# The problem
Please repeat the records below exactly, from the first line through the line containing "f 261 260 28", and nothing more.
▼
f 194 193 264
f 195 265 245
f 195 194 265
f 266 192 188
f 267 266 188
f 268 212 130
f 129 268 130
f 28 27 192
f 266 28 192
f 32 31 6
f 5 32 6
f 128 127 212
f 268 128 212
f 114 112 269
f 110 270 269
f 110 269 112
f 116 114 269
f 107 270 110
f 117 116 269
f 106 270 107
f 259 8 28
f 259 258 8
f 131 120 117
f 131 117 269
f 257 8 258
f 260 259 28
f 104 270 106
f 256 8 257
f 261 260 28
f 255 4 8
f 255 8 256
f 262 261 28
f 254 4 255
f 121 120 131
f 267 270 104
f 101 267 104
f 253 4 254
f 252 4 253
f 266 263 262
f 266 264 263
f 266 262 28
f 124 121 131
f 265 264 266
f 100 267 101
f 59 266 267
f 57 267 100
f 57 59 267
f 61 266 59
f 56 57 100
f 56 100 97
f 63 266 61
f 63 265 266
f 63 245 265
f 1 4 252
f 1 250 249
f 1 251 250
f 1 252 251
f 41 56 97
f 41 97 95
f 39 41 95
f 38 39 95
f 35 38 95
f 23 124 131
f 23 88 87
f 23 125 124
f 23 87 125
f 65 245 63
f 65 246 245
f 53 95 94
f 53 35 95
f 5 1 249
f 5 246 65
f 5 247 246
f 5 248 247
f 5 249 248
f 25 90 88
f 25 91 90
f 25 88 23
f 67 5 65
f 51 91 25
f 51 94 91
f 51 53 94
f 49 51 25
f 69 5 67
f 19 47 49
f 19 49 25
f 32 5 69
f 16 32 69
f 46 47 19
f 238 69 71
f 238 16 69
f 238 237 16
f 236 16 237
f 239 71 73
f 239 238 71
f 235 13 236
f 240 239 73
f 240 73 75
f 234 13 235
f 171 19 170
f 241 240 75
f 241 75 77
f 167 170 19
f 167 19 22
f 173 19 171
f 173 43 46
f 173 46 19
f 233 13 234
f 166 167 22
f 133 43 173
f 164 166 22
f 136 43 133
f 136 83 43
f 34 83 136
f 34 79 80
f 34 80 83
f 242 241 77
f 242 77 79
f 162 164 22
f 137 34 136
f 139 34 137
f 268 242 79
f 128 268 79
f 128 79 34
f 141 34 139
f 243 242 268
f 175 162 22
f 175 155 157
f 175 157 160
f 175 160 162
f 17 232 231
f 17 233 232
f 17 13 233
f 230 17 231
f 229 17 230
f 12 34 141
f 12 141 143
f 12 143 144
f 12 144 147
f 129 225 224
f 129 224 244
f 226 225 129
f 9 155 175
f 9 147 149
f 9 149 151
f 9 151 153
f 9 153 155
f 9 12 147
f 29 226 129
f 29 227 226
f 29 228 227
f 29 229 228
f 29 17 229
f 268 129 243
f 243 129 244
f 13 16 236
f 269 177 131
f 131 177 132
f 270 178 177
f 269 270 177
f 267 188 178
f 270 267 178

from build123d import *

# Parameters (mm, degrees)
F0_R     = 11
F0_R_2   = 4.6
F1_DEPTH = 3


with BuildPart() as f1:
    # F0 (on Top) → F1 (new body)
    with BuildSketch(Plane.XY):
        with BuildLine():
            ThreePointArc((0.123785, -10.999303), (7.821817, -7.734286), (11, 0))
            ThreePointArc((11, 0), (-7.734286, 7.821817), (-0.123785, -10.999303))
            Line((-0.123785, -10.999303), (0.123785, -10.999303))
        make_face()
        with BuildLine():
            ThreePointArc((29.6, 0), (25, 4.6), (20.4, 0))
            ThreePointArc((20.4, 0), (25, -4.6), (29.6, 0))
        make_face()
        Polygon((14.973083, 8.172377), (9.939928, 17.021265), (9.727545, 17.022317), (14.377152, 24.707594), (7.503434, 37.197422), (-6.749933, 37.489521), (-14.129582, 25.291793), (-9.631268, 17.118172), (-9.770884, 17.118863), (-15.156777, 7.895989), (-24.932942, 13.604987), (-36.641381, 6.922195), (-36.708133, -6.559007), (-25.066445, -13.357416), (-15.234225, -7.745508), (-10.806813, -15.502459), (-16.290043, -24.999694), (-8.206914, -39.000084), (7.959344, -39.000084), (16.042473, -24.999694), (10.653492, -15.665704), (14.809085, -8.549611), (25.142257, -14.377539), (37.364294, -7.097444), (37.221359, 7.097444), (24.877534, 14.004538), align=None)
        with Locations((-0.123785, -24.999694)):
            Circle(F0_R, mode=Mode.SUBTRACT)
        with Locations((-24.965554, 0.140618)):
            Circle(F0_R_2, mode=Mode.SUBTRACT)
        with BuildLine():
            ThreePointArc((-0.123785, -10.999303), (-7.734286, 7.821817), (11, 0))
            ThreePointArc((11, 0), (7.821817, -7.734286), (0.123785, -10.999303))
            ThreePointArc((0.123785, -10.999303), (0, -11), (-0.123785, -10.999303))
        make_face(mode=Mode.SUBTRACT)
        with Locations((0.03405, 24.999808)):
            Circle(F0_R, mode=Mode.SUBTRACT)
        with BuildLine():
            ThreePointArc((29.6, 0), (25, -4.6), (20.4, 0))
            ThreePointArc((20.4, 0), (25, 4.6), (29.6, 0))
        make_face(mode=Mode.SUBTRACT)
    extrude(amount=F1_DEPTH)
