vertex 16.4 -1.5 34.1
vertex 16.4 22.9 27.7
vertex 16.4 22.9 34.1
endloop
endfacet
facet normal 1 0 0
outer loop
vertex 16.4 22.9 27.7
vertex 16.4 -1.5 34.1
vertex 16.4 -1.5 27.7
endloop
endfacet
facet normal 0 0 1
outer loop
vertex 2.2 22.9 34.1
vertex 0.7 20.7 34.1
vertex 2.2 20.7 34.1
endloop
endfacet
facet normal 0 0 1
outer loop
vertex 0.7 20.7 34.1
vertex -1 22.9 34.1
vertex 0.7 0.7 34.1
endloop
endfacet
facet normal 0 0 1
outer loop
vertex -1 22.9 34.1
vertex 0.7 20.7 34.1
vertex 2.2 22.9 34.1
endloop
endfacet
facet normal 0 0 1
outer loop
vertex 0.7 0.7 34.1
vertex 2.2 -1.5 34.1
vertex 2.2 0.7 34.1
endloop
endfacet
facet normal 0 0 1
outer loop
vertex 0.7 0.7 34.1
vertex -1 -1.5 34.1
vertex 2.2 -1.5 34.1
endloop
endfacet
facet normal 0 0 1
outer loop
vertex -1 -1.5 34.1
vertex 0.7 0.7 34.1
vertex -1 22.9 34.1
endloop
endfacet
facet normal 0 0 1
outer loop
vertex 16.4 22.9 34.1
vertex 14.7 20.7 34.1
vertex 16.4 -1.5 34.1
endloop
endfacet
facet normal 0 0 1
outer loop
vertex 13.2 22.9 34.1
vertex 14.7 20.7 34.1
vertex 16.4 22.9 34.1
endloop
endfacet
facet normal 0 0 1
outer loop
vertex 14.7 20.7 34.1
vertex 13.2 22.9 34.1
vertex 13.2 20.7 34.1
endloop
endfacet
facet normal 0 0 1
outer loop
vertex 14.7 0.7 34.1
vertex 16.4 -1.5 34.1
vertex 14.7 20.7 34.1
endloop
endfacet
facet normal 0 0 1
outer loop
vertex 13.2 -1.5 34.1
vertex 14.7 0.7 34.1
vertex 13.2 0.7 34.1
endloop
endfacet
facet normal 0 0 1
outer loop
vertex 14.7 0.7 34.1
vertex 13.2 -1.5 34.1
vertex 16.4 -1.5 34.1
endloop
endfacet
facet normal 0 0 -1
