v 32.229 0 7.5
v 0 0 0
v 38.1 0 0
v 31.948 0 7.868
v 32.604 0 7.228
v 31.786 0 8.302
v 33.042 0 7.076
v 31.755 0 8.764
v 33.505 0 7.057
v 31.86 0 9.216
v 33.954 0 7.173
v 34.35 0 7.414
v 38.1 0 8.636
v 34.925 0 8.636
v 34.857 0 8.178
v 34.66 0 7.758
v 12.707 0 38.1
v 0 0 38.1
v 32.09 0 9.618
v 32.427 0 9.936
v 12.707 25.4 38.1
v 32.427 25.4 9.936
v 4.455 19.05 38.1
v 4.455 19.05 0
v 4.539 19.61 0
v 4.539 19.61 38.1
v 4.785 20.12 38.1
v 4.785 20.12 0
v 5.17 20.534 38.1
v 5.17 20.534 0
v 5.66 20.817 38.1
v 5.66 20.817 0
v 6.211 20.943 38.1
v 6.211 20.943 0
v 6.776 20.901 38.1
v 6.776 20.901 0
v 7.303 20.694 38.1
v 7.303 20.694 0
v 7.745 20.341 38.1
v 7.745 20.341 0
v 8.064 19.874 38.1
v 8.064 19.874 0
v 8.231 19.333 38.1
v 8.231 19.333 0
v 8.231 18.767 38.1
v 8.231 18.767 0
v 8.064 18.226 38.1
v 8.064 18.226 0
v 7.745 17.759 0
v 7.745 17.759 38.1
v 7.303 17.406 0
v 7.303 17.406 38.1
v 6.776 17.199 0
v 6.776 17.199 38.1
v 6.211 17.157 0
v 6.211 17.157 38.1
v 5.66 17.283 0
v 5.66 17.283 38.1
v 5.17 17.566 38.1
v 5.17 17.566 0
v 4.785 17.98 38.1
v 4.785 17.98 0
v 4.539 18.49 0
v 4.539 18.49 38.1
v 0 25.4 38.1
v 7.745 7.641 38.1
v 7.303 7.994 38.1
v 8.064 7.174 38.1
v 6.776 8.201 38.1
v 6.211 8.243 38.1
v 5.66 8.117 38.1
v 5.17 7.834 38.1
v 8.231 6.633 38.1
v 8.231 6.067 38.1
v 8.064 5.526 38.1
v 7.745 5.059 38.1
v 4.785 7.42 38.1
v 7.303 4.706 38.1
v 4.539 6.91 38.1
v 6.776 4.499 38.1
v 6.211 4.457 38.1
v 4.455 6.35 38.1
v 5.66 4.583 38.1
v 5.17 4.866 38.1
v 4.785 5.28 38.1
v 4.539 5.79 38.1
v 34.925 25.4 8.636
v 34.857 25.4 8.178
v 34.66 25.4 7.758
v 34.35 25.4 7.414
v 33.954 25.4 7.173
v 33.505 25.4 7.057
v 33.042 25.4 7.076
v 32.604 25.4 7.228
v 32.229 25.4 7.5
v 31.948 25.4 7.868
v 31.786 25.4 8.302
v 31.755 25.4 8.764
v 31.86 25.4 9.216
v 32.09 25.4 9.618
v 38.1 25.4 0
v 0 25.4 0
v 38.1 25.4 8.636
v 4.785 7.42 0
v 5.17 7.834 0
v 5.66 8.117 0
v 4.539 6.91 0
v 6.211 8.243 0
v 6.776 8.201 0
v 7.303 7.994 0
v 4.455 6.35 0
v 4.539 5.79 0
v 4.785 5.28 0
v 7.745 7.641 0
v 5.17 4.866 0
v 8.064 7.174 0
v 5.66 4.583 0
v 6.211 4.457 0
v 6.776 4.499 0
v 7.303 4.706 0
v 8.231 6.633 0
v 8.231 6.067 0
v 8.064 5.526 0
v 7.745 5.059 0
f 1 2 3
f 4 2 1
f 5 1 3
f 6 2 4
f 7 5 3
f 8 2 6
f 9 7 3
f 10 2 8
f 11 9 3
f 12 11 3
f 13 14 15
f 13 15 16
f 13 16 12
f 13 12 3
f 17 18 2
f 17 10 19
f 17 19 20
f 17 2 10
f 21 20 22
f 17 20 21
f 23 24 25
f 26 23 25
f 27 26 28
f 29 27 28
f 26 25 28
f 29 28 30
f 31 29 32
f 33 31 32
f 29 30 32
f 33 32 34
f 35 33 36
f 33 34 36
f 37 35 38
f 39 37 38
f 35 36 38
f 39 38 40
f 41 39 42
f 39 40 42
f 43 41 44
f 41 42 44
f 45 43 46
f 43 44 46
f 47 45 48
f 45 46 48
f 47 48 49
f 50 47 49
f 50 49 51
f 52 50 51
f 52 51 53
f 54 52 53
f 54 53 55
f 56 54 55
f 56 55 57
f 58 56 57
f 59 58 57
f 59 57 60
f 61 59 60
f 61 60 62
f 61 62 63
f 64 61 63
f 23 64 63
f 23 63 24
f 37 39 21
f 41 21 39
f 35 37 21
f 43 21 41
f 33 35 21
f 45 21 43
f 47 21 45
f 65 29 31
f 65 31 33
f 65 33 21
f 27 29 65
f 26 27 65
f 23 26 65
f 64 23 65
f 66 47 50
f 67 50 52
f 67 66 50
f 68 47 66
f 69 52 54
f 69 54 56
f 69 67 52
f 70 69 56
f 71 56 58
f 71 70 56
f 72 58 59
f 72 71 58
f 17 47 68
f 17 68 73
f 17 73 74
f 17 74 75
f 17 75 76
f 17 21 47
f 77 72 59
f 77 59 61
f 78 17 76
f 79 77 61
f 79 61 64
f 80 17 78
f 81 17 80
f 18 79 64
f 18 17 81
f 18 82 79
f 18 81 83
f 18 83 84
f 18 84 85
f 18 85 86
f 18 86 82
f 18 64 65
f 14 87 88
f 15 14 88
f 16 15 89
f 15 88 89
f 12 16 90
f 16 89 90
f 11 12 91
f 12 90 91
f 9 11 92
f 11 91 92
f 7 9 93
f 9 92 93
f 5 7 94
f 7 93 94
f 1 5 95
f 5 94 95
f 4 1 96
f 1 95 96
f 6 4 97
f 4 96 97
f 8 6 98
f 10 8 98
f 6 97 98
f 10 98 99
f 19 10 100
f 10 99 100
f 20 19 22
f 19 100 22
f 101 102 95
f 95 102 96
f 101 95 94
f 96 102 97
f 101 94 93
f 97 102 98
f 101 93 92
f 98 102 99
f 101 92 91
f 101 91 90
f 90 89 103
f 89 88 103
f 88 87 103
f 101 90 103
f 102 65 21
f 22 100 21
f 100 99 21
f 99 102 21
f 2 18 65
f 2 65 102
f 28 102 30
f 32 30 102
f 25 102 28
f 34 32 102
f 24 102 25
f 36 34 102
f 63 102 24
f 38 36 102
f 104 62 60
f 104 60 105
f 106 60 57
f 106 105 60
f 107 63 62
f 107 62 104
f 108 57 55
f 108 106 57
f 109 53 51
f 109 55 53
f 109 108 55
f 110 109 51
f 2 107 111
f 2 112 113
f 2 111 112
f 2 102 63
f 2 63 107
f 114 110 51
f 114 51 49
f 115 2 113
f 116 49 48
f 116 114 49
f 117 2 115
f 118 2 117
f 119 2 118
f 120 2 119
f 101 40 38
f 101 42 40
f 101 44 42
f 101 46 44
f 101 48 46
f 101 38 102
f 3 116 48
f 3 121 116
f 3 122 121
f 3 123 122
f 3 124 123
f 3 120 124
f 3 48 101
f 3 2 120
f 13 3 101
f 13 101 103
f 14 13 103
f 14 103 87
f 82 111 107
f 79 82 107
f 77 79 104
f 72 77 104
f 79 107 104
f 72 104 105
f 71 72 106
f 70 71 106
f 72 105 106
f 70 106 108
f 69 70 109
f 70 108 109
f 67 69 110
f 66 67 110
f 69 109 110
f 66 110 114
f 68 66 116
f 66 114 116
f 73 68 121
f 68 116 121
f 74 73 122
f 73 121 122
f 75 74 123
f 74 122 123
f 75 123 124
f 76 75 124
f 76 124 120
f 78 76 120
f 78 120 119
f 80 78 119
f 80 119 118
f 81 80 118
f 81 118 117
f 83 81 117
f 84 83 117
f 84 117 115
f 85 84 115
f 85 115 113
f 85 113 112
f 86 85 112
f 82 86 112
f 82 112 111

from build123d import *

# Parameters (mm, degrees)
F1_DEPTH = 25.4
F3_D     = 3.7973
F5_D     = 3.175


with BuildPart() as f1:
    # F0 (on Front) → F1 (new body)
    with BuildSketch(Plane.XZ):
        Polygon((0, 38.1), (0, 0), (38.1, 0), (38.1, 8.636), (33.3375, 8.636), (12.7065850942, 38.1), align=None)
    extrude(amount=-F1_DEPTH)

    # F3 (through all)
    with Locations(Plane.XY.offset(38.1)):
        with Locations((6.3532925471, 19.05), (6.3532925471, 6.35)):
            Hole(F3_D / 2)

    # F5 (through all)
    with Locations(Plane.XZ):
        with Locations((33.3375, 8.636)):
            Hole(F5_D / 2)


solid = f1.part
▲
# Solution
f 194 193 264
f 195 265 245
f 195 194 265
f 266 192 188
f 267 266 188
f 268 212 130
f 129 268 130
f 28 27 192
f 266 28 192
f 32 31 6
f 5 32 6
f 128 127 212
f 268 128 212
f 114 112 269
f 110 270 269
f 110 269 112
f 116 114 269
f 107 270 110
f 117 116 269
f 106 270 107
f 259 8 28
f 259 258 8
f 131 120 117
f 131 117 269
f 257 8 258
f 260 259 28
f 104 270 106
f 256 8 257
f 261 260 28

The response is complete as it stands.